Project description:Symmetric homo-oligomers represent a majority of proteins, and determining their structures helps elucidate important biological processes, including ion transport, signal transduction, and transcriptional regulation. In order to account for the noise and sparsity in the distance restraints used in Nuclear Magnetic Resonance (NMR) structure determination of cyclic (C(n)) symmetric homo-oligomers, and the resulting uncertainty in the determined structures, we develop a Bayesian structural inference approach.
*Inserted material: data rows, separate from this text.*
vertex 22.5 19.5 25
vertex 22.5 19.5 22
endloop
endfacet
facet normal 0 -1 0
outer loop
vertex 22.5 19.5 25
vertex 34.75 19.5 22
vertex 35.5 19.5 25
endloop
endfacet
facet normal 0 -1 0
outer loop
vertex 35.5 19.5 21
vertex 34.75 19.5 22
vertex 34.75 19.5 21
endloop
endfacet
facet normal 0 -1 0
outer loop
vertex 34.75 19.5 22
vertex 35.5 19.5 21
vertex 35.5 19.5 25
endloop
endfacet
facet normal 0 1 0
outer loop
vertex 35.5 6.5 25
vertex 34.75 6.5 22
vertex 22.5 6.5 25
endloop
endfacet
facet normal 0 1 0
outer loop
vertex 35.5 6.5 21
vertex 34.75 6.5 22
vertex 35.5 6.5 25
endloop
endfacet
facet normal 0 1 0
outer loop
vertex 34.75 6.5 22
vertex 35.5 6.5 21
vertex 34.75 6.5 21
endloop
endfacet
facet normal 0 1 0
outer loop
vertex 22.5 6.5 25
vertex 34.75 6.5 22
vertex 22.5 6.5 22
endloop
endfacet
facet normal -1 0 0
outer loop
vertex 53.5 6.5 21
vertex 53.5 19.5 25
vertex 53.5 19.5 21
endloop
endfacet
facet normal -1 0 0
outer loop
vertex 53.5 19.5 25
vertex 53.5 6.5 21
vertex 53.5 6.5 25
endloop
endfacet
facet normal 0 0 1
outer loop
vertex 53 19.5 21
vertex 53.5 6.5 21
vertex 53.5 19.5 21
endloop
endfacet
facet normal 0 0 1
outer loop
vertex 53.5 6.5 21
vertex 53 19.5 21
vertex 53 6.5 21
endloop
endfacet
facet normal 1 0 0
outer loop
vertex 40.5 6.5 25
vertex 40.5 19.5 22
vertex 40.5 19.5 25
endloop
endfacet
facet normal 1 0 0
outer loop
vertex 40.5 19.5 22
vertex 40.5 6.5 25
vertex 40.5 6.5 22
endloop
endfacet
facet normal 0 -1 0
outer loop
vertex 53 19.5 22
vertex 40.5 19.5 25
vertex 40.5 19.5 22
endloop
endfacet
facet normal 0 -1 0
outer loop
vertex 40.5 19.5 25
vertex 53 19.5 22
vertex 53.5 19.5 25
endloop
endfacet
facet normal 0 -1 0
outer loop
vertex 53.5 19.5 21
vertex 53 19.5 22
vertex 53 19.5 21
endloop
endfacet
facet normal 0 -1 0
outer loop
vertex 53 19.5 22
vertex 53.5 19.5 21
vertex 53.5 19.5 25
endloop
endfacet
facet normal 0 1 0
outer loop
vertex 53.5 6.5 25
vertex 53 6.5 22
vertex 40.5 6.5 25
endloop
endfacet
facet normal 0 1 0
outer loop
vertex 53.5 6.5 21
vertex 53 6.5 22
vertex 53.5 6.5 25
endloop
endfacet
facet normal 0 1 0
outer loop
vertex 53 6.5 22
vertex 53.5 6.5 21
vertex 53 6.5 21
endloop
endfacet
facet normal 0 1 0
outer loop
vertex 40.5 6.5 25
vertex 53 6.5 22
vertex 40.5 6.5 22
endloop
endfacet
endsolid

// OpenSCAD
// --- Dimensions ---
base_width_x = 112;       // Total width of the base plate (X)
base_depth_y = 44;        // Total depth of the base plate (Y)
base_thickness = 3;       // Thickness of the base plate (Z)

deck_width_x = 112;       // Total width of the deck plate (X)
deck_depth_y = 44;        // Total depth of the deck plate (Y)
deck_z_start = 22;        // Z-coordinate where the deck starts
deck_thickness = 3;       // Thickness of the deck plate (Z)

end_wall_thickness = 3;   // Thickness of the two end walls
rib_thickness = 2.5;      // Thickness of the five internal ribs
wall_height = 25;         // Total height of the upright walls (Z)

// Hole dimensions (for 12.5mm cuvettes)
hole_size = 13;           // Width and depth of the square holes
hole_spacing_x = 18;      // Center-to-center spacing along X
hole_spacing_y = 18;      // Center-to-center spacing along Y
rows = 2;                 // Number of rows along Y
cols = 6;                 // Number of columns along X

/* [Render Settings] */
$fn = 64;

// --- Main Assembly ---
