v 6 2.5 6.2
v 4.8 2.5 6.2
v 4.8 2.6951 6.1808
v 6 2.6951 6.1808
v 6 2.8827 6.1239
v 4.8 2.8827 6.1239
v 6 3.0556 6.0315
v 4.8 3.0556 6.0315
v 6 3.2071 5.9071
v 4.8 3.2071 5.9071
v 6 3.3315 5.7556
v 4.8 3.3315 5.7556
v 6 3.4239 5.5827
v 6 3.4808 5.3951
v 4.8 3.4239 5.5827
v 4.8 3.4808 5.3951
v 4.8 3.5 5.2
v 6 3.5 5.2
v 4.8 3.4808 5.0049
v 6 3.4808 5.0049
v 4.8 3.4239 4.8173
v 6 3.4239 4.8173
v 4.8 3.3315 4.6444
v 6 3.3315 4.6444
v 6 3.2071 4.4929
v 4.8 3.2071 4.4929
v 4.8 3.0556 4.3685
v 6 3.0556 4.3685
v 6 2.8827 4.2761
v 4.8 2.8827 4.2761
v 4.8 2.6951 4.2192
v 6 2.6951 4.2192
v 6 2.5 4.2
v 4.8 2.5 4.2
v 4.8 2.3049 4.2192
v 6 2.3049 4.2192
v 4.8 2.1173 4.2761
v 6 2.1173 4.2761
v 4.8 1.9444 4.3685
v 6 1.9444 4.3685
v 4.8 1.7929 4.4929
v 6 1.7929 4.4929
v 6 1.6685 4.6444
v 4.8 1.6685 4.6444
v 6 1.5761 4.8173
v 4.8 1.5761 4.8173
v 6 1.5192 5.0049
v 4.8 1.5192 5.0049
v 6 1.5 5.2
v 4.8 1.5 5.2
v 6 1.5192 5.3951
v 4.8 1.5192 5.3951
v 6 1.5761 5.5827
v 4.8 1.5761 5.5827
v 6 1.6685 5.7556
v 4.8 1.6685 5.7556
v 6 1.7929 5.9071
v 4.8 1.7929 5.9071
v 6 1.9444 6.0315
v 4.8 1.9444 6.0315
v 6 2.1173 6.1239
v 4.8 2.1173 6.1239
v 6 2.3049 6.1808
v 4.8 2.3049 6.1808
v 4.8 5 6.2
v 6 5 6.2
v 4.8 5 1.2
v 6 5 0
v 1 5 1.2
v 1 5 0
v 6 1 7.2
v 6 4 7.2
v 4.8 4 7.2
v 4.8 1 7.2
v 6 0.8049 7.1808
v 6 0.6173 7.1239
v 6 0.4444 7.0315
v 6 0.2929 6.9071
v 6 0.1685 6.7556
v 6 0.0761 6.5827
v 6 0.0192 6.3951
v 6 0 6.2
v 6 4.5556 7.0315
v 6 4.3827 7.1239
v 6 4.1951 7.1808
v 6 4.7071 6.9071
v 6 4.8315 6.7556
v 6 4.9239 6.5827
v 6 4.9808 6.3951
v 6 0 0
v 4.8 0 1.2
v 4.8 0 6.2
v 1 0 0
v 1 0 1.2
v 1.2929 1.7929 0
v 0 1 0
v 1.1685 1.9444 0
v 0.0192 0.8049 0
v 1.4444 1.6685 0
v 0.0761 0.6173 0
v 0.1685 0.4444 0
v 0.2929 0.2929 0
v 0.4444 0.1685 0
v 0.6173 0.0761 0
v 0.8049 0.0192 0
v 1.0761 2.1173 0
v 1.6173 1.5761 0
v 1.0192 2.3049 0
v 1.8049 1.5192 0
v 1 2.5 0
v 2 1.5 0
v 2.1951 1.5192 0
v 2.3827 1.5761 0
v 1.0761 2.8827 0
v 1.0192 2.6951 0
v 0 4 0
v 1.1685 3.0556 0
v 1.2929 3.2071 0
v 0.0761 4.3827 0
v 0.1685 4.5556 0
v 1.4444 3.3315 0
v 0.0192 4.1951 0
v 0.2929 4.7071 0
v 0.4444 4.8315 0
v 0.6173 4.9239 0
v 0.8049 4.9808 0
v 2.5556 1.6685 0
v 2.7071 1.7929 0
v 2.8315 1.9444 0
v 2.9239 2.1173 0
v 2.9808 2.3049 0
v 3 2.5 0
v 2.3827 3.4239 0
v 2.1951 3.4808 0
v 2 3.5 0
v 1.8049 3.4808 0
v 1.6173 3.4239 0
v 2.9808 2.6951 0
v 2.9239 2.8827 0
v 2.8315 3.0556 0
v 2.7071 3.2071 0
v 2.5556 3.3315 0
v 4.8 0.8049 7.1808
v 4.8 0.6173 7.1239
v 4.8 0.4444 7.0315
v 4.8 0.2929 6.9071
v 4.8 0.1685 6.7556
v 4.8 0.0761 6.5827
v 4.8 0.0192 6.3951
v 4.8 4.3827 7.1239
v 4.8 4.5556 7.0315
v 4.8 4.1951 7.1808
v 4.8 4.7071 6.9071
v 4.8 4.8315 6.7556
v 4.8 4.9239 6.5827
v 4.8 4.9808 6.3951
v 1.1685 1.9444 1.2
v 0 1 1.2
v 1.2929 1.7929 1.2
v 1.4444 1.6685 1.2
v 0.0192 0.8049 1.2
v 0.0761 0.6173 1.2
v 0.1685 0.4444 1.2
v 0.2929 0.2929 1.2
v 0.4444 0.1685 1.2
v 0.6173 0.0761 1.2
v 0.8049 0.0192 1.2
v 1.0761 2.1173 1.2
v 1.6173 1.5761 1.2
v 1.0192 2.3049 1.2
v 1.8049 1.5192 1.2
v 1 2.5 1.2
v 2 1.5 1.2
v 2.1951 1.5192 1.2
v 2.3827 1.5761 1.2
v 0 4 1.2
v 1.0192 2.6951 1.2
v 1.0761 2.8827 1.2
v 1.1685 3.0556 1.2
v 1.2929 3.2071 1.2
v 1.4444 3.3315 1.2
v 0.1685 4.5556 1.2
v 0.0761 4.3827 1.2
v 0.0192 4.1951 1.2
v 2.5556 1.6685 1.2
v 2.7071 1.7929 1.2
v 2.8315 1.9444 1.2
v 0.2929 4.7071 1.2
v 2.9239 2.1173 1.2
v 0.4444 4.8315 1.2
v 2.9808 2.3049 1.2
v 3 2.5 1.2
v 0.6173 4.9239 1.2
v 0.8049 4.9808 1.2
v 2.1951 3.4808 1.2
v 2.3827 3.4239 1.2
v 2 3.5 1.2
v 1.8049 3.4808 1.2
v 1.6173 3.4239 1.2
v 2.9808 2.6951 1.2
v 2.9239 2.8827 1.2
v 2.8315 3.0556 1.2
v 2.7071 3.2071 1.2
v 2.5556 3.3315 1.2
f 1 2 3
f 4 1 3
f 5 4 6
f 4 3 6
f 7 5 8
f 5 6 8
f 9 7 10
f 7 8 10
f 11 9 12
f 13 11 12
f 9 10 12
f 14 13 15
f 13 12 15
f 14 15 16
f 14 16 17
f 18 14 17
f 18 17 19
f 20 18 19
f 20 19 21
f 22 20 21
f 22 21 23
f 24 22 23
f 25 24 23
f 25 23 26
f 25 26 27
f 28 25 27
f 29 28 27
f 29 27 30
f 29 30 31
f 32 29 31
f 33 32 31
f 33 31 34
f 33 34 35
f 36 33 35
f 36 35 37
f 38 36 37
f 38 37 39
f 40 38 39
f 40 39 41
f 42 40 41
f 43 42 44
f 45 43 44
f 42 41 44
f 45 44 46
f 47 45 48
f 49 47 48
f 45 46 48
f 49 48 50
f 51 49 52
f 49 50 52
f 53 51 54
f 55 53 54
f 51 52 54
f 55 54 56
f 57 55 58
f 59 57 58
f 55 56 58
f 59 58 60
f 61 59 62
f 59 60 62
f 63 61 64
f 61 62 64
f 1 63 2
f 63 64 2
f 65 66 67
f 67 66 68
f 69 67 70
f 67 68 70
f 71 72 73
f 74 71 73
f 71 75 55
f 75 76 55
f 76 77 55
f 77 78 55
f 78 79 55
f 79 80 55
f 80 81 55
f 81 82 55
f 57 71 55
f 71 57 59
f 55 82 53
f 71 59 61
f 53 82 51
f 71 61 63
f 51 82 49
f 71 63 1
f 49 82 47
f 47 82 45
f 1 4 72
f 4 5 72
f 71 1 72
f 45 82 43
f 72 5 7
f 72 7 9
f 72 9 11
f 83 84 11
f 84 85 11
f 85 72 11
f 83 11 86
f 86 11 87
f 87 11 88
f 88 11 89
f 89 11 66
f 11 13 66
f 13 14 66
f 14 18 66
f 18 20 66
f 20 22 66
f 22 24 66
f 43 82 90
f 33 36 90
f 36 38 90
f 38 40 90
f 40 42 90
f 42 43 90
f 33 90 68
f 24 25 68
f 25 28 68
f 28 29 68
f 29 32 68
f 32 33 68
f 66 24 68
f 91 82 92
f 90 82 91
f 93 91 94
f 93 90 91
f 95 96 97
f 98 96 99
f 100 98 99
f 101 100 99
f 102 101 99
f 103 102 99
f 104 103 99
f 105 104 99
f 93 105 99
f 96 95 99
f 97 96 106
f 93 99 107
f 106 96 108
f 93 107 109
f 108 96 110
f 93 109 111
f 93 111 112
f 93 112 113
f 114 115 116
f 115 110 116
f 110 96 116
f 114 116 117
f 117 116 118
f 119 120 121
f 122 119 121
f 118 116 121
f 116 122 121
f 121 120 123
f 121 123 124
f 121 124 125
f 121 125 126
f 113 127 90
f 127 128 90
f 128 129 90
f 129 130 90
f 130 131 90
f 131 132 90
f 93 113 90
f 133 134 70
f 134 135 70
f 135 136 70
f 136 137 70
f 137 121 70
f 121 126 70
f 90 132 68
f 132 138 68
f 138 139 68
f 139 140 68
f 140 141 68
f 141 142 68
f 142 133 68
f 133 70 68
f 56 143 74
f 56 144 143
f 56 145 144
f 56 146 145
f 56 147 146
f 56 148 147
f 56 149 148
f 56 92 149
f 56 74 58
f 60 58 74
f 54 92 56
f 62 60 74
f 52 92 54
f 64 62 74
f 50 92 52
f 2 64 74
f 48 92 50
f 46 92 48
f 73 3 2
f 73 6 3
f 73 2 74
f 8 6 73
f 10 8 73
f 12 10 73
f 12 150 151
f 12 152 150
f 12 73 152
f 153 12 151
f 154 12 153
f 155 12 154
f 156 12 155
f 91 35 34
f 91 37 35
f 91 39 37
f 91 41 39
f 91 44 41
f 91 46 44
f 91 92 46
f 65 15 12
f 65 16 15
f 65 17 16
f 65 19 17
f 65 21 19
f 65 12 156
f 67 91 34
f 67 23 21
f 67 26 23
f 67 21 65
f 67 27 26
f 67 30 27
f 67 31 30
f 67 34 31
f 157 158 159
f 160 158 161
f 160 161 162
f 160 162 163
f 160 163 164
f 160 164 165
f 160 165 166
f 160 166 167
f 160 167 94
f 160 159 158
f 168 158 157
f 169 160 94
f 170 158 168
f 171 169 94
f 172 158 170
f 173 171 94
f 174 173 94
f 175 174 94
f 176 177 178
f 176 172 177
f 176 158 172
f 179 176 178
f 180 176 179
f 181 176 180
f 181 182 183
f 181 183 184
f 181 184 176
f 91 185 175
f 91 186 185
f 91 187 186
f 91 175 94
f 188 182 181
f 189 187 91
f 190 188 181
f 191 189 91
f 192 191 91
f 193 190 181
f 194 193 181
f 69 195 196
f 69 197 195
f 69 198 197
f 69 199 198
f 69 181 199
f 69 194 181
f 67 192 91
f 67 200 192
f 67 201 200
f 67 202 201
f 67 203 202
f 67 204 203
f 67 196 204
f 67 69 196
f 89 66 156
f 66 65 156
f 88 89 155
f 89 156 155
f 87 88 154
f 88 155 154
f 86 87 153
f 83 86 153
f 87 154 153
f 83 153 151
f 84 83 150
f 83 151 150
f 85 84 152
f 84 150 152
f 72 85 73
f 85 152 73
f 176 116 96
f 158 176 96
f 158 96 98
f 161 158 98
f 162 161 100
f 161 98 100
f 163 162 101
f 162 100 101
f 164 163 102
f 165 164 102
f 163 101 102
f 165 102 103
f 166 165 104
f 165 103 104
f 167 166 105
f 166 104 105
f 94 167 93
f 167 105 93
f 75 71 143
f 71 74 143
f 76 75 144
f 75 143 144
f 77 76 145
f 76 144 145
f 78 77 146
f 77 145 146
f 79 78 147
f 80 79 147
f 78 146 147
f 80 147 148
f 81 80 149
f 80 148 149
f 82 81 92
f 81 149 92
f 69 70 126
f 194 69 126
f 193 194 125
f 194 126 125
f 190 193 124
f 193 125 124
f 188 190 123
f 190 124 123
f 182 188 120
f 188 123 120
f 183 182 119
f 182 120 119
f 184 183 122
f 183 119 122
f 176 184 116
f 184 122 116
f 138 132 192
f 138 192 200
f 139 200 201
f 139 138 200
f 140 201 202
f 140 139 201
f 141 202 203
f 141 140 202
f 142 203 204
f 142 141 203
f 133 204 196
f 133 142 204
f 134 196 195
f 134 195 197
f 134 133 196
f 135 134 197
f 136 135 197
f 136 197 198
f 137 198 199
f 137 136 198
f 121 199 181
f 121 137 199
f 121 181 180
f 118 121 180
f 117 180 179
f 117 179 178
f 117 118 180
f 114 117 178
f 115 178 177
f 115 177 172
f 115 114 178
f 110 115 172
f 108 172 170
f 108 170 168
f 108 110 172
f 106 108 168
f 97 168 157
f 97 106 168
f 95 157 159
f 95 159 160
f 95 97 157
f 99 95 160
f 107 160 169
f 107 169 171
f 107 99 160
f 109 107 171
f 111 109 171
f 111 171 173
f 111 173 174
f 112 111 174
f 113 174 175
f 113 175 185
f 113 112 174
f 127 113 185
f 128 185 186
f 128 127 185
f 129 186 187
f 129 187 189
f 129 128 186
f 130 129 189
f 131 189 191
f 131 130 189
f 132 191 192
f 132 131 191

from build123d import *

# Parameters (mm, degrees)
SKETCH_1_R          = 1
EXTRUDE_1_DEPTH     = 1.2
SKETCH_2_W          = 1.2
SKETCH_2_H          = 5
EXTRUDE_2_DEPTH     = 6
FILLET_1_R          = 1
SKETCH_4_R          = 1
CUT_EXTRUDE_1_DEPTH = 2


with BuildPart() as part:
    # 草图1 → 凸台-拉伸1 (new body)
    with BuildSketch(Plane.XY):
        with BuildLine():
            Line((1, 0), (6, 0))
            Line((6, 0), (6, 5))
            Line((6, 5), (1, 5))
            ThreePointArc((1, 5), (0.292893219, 4.707106781), (0, 4))
            Line((0, 4), (0, 1))
            ThreePointArc((0, 1), (0.292893219, 0.292893219), (1, 0))
        make_face()
        with Locations((2, 2.5)):
            Circle(SKETCH_1_R, mode=Mode.SUBTRACT)
    extrude(amount=EXTRUDE_1_DEPTH)

    # 草图2 → 凸台-拉伸2 (add)
    with BuildSketch(Plane(origin=(0, 0, 1.2), x_dir=(-1, 0, 0), z_dir=(0, 0, -1))):
        with Locations((-5.4, 2.5)):
            Rectangle(SKETCH_2_W, SKETCH_2_H)
    extrude(amount=-EXTRUDE_2_DEPTH)

    # 圆角1
    fillet_1_edges = [part.edges().sort_by_distance(p)[0] for p in [
        (5.4, 0, 7.2),
        (5.4, 5, 7.2),
    ]]
    fillet(fillet_1_edges, radius=FILLET_1_R)

    # 草图4 → 切除-拉伸1 (cut)
    with BuildSketch(Plane.ZY.offset(-4.8)):
        with Locations((5.2, 2.5)):
            Circle(SKETCH_4_R)
    extrude(amount=-CUT_EXTRUDE_1_DEPTH, mode=Mode.SUBTRACT)


solid = part.part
In contrast to traditional NMR structure determination methods, which identify a small set of low-energy conformations, the inferential approach characterizes the entire posterior distribution of conformations. Unfortunately, traditional stochastic techniques for inference may under-sample the rugged landscape of the posterior, missing important contributions from high-quality individual conformations and not accounting for the possible aggregate effects on inferred quantities from numerous unsampled conformations. However, by exploiting the geometry of symmetric homo-oligomers, we develop an algorithm that provides provable guarantees for the posterior distribution and the inferred mean atomic coordinates. Using experimental restraints for three proteins, we demonstrate that our approach is able to objectively characterize the structural diversity supported by the data. By simulating spurious and missing restraints, we further demonstrate that our approach is robust, degrading smoothly with noise and sparsity.